> [Work task]:
The reply to the records below should contain exactly the lines from the line with "f 948 52 54" through the line with "f 589 91 93", and nothing besides.

Data records:
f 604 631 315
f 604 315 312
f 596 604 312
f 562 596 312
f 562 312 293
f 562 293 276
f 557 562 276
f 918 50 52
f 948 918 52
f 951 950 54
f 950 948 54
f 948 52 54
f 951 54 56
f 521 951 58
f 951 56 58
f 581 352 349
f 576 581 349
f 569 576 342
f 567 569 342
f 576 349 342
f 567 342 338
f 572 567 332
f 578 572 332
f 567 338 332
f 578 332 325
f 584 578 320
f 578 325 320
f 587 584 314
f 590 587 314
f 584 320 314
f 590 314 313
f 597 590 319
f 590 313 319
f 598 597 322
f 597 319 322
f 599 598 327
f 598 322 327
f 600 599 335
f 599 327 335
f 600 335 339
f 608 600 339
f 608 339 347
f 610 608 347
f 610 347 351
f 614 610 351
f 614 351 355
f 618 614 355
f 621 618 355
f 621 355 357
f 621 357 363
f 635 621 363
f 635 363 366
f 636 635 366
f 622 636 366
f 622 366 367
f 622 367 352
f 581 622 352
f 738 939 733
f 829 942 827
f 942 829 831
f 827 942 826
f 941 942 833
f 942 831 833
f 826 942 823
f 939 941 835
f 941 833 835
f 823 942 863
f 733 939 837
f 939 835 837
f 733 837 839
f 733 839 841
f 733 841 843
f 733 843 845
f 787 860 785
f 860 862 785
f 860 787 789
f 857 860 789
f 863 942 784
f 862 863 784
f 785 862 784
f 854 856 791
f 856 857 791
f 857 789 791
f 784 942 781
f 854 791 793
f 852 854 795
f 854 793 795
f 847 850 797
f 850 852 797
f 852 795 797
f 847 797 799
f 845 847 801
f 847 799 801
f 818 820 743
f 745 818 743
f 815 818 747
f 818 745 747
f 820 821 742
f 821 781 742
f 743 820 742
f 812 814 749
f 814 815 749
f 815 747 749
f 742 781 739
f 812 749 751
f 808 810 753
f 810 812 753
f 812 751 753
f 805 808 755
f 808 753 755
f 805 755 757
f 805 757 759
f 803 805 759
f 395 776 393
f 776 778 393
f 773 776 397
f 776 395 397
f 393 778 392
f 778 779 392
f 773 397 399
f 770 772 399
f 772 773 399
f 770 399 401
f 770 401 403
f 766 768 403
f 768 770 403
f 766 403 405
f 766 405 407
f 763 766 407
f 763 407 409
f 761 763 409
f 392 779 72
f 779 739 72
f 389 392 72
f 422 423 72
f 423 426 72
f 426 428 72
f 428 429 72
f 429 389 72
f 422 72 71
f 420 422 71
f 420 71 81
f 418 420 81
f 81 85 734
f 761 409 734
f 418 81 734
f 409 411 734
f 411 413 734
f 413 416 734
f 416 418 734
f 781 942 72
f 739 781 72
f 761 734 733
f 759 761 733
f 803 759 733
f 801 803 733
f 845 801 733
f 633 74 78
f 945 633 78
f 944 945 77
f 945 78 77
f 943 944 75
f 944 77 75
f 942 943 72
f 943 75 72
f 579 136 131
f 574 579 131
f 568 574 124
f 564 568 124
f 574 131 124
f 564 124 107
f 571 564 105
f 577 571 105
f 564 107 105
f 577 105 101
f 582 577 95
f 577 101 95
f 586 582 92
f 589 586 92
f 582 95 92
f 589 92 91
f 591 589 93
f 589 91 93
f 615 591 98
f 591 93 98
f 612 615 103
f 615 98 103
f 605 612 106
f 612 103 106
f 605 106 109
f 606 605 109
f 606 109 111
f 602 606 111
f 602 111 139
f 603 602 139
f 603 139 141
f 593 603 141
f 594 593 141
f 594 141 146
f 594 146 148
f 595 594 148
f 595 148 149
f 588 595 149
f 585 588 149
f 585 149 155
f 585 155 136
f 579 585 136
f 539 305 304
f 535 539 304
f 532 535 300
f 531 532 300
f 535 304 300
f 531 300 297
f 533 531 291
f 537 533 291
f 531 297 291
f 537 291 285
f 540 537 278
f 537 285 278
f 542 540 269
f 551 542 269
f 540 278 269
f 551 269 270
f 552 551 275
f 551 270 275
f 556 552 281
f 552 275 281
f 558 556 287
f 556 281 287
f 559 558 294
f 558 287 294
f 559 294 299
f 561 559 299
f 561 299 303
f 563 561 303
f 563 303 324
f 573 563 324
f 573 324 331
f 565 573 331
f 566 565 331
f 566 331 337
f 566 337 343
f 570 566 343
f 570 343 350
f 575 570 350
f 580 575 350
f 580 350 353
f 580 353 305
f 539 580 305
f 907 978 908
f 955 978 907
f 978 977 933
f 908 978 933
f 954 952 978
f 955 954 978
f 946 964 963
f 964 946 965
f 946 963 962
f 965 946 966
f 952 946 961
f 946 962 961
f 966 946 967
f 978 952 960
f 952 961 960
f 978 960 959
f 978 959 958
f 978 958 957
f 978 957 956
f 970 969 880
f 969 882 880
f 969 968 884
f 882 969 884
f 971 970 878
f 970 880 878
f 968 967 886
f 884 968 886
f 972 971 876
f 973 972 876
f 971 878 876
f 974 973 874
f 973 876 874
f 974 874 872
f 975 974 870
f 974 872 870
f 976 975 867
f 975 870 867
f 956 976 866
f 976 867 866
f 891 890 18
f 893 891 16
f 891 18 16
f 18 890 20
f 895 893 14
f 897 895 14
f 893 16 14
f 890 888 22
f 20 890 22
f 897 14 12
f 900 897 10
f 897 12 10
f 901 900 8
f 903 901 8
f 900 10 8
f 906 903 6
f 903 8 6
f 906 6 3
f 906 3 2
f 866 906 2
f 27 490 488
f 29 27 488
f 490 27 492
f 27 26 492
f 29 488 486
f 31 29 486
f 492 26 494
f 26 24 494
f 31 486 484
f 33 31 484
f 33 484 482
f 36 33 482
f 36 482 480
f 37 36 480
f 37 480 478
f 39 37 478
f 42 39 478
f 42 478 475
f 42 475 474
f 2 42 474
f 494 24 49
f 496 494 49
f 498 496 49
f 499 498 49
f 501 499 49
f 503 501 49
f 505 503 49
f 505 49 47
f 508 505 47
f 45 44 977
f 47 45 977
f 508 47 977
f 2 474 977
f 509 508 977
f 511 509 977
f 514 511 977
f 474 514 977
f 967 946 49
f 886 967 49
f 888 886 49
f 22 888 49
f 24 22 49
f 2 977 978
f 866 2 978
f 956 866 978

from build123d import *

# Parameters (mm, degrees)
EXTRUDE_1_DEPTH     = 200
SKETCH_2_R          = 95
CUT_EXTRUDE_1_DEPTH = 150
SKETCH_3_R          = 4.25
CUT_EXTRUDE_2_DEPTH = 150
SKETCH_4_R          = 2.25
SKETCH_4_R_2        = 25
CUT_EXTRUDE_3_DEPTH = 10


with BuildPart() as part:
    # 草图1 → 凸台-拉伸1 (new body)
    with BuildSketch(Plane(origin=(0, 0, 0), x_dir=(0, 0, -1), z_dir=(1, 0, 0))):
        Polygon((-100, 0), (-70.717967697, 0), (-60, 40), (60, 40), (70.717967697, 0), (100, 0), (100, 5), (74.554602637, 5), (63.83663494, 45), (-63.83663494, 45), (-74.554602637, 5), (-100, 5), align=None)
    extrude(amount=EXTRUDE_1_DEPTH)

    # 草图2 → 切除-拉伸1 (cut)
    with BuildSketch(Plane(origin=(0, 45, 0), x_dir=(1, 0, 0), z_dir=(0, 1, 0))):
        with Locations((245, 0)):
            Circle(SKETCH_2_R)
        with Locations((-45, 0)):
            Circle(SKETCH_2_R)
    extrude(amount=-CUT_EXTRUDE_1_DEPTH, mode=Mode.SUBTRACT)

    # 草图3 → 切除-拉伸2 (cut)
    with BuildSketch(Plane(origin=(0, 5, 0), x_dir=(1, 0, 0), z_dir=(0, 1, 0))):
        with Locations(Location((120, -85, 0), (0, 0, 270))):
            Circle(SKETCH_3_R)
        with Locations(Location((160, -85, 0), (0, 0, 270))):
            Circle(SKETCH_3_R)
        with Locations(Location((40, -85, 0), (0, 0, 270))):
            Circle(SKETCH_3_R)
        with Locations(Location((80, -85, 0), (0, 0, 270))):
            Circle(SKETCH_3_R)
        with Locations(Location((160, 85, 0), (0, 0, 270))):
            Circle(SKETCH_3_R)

> [Solution for this task]:
f 948 52 54
f 951 54 56
f 521 951 58
f 951 56 58
f 581 352 349
f 576 581 349
f 569 576 342
f 567 569 342
f 576 349 342
f 567 342 338
f 572 567 332
f 578 572 332
f 567 338 332
f 578 332 325
f 584 578 320
f 578 325 320
f 587 584 314
f 590 587 314
f 584 320 314
f 590 314 313
f 597 590 319
f 590 313 319
f 598 597 322
f 597 319 322
f 599 598 327
f 598 322 327
f 600 599 335
f 599 327 335
f 600 335 339
f 608 600 339
f 608 339 347
f 610 608 347
f 610 347 351
f 614 610 351
f 614 351 355
f 618 614 355
f 621 618 355
f 621 355 357
f 621 357 363
f 635 621 363
f 635 363 366
f 636 635 366
f 622 636 366
f 622 366 367
f 622 367 352
f 581 622 352
f 738 939 733
f 829 942 827
f 942 829 831
f 827 942 826
f 941 942 833
f 942 831 833
f 826 942 823
f 939 941 835
f 941 833 835
f 823 942 863
f 733 939 837
f 939 835 837
f 733 837 839
f 733 839 841
f 733 841 843
f 733 843 845
f 787 860 785
f 860 862 785
f 860 787 789
f 857 860 789
f 863 942 784
f 862 863 784
f 785 862 784
f 854 856 791
f 856 857 791
f 857 789 791
f 784 942 781
f 854 791 793
f 852 854 795
f 854 793 795
f 847 850 797
f 850 852 797
f 852 795 797
f 847 797 799
f 845 847 801
f 847 799 801
f 818 820 743
f 745 818 743
f 815 818 747
f 818 745 747
f 820 821 742
f 821 781 742
f 743 820 742
f 812 814 749
f 814 815 749
f 815 747 749
f 742 781 739
f 812 749 751
f 808 810 753
f 810 812 753
f 812 751 753
f 805 808 755
f 808 753 755
f 805 755 757
f 805 757 759
f 803 805 759
f 395 776 393
f 776 778 393
f 773 776 397
f 776 395 397
f 393 778 392
f 778 779 392
f 773 397 399
f 770 772 399
f 772 773 399
f 770 399 401
f 770 401 403
f 766 768 403
f 768 770 403
f 766 403 405
f 766 405 407
f 763 766 407
f 763 407 409
f 761 763 409
f 392 779 72
f 779 739 72
f 389 392 72
f 422 423 72
f 423 426 72
f 426 428 72
f 428 429 72
f 429 389 72
f 422 72 71
f 420 422 71
f 420 71 81
f 418 420 81
f 81 85 734
f 761 409 734
f 418 81 734
f 409 411 734
f 411 413 734
f 413 416 734
f 416 418 734
f 781 942 72
f 739 781 72
f 761 734 733
f 759 761 733
f 803 759 733
f 801 803 733
f 845 801 733
f 633 74 78
f 945 633 78
f 944 945 77
f 945 78 77
f 943 944 75
f 944 77 75
f 942 943 72
f 943 75 72
f 579 136 131
f 574 579 131
f 568 574 124
f 564 568 124
f 574 131 124
f 564 124 107
f 571 564 105
f 577 571 105
f 564 107 105
f 577 105 101
f 582 577 95
f 577 101 95
f 586 582 92
f 589 586 92
f 582 95 92
f 589 92 91
f 591 589 93
f 589 91 93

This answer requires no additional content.